Let's take it from there.
"It's not that God favors me," replies Vogelsong. "It's simply that I gain strength and confidence from my faith."
"I suppose that's a whole lot better than using PED's," replies Andrews, "but God is a busy guy. There are people in pain, at war, starving, and enslaved in our world. Why would He even care about the NLCS?"
"You're missing the point, Erin. God cares about everyone, believers and non-believers."
"In all due respect, Ryan, that is my point. If God cares about all people everywhere, are you saying that he cares more about you than all those Cardinals you've been striking out?
"In fact, I was thinking just the opposite," Erin continues. "Carlos Beltran pulls up lame in Game 3, and his replacement, Matt Carpenter, hits a two-run dinger which turns out to be the game-winner. Shoot, the guy never even thought he'd get into the game. And how about the rain and the three-hour delay? Surely that didn't help you and your teammates. I'm not the only one who was thinking that maybe Divine Intervention was in the Cards' corner."
"He's a people fan," responds Vogelsong, who at age 35 has finally made it in the big leagues after arm problems and foundering for years in the Pirate organization. "Any athlete of faith can derive strength from their beliefs."
"Nevertheless, you're putting undue pressure on the Lord," counters Andrews. "The Cardinals are a devout bunch. They even have Christian Day at the Ballpark every year. Religion is important to them. So if they have runners on base, and you're facing, say, Matt Holliday, and you claim that God is doing good things for you, he'd have to be doing fewer good things for Holliday if you're going to blow strike three past him. Is God making a choice?"
"Look, Erin, it doesn't work that way. Like me, Matt's faith gives him strength and confidence the same way it does for me and others. I'm facing him using my talents, and he's using his. God favors both of us."
"Sounds like He's playing both sides. But let me ask you, where was God in 2004 when you went 6-13 with the Pirates?"

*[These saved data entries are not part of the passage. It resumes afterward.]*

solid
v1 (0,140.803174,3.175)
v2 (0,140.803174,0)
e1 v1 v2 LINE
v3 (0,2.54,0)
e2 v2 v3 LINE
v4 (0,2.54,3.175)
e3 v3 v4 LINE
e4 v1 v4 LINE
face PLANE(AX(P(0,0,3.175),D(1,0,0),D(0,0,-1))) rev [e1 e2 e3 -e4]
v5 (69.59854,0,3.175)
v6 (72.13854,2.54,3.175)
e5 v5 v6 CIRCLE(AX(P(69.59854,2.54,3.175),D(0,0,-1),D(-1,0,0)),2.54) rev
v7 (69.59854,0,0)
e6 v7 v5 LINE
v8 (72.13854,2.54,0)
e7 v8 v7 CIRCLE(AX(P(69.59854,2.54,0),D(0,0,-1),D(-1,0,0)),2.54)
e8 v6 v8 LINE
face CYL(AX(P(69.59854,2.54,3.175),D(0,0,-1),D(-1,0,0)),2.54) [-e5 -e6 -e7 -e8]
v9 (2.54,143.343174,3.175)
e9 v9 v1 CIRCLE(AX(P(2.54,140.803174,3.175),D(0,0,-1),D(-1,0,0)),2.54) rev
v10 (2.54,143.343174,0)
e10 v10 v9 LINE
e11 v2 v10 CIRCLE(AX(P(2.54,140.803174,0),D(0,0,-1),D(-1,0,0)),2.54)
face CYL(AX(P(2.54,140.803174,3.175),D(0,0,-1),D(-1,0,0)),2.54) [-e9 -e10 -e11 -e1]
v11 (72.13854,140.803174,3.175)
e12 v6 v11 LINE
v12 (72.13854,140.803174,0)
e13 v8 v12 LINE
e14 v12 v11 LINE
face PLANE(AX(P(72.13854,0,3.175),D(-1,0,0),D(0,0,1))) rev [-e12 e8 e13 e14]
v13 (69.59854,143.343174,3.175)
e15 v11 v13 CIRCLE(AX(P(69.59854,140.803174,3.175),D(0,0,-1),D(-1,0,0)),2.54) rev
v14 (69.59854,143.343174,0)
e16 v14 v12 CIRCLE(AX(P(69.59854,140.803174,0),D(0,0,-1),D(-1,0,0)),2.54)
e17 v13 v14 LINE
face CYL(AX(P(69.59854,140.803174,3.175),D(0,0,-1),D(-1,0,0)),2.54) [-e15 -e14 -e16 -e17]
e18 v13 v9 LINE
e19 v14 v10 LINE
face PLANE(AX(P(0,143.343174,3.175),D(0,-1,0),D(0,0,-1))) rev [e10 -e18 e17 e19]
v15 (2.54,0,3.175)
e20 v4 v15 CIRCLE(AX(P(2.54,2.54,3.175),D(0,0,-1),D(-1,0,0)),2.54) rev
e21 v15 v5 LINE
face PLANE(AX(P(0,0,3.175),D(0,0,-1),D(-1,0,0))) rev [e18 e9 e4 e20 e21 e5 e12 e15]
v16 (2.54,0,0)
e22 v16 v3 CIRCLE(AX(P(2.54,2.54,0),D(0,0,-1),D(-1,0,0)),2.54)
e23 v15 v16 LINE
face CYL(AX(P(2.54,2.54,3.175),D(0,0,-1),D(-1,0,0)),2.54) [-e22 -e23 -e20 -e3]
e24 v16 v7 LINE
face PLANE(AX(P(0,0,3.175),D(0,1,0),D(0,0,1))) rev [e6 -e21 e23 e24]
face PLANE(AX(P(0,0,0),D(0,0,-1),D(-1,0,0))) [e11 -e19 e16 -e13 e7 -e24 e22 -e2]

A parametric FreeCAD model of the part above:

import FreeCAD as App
import Part
import Sketcher
Q = App.Units.Quantity


def edges_at(feature, points):
    """Names of the edges that pass closest to the given points."""
    edges = feature.Shape.Edges
    near = lambda p: min(range(len(edges)), key=lambda i: edges[i].distToShape(Part.Vertex(*p))[0])
    return sorted({f"Edge{near(p) + 1}" for p in points})

doc = App.newDocument("Part")
body = doc.addObject("PartDesign::Body", "Body")

sketch1 = doc.addObject("Sketcher::SketchObject", "Sketch")
body.addObject(sketch1)
sketch1.AttachmentSupport = (doc.XY_Plane, [""])
sketch1.MapMode = "FlatFace"
sketch1.addGeometry(Part.LineSegment(App.Vector(0, 143, 0), App.Vector(0, 0, 0)), False)
sketch1.addGeometry(Part.LineSegment(App.Vector(0, 0, 0), App.Vector(72, 0, 0)), False)
sketch1.addGeometry(Part.LineSegment(App.Vector(72, 0, 0), App.Vector(72, 143, 0)), False)
sketch1.addGeometry(Part.LineSegment(App.Vector(72, 143, 0), App.Vector(0, 143, 0)), False)
sketch1.addConstraint(Sketcher.Constraint("Coincident", 0, 2, 1, 1))
sketch1.addConstraint(Sketcher.Constraint("Coincident", 1, 2, 2, 1))
sketch1.addConstraint(Sketcher.Constraint("Coincident", 2, 2, 3, 1))
sketch1.addConstraint(Sketcher.Constraint("Coincident", 3, 2, 0, 1))
sketch1.addConstraint(Sketcher.Constraint("Vertical", 0))
sketch1.addConstraint(Sketcher.Constraint("Horizontal", 1))
sketch1.addConstraint(Sketcher.Constraint("Vertical", 2))
sketch1.addConstraint(Sketcher.Constraint("Horizontal", 3))
sketch1.addConstraint(Sketcher.Constraint("Coincident", 0, 2, -1, 1))
sketch1.addConstraint(Sketcher.Constraint("DistanceX", 1, 1, 1, 2, Q("2.8401 in")))
sketch1.addConstraint(Sketcher.Constraint("DistanceY", 0, 2, 0, 1, 143.343174))
pad1 = doc.addObject("PartDesign::Pad", "Pad")
body.addObject(pad1)
pad1.Profile = sketch1
pad1.Length = Q("0.125 in")
doc.recompute()

fillet = doc.addObject("PartDesign::Fillet", "Fillet")
body.addObject(fillet)
fillet.Base = (pad1, edges_at(pad1, [
    (0, 143.343, 1.587),
    (72.139, 143.343, 1.587),
    (72.139, 0, 1.587),
    (0, 0, 1.587),
]))
fillet.Radius = Q("0.1 in")

doc.recompute()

"You would have to bring that up," groans Vogelsong. "No, that wasn't about faith although you can always learn ways to become more devout. That was simply God testing me to see how much perseverance I have. I wasn't a successful pitcher until last season, and I went five years between major league appearances. I had to work extremely hard to get where I am. But, like I said at the beginning of this interview, God had a plan for me."
"Maybe you're not giving yourself enough credit, Ryan. You're the only one who put in the hard work, the rehab after surgery, the will to be a major league pitcher. While you were doing all that, God was busy trying to save people in the Sudan. You were on your own."
"But I never questioned whether He was with me. If I never got back to the big leagues, despite all the work, He would have chosen a different path for me."
"I'm getting confused," says Andrews, shaking her head. "You're talking about all of the hard work, and at the same time, it seems to me, you're talking about fate. Like the roadmap has already been created, and you're being led along according to a plan that comes from someplace else. All I know is that I wanted to become a sports commentator, and that's been my focus all these years. I worked hard, too. But I - and no one else - made this happen."
"Your good looks haven't hurt you, and where do you think those came from?" counters Vogelsong. "No, whether you're religious or not, God has a plan for all of us."
"You're making this sound as though if the guy facing you in the batter's box doesn't share a similar faith, he still has a chance to bust one off the wall. I tend to think that one's beliefs have nothing to do with any of this. Your fastball and command of the strike zone are what counts. Talent tends to rise to the top, and right now you're the top talent.
"By the way, Mr. October, God must be working 24/7 now what with the football season in full swing, and the NBA about to kick off. At least the hockey players are giving him a break. You have any idea whether He follows NASCAR?"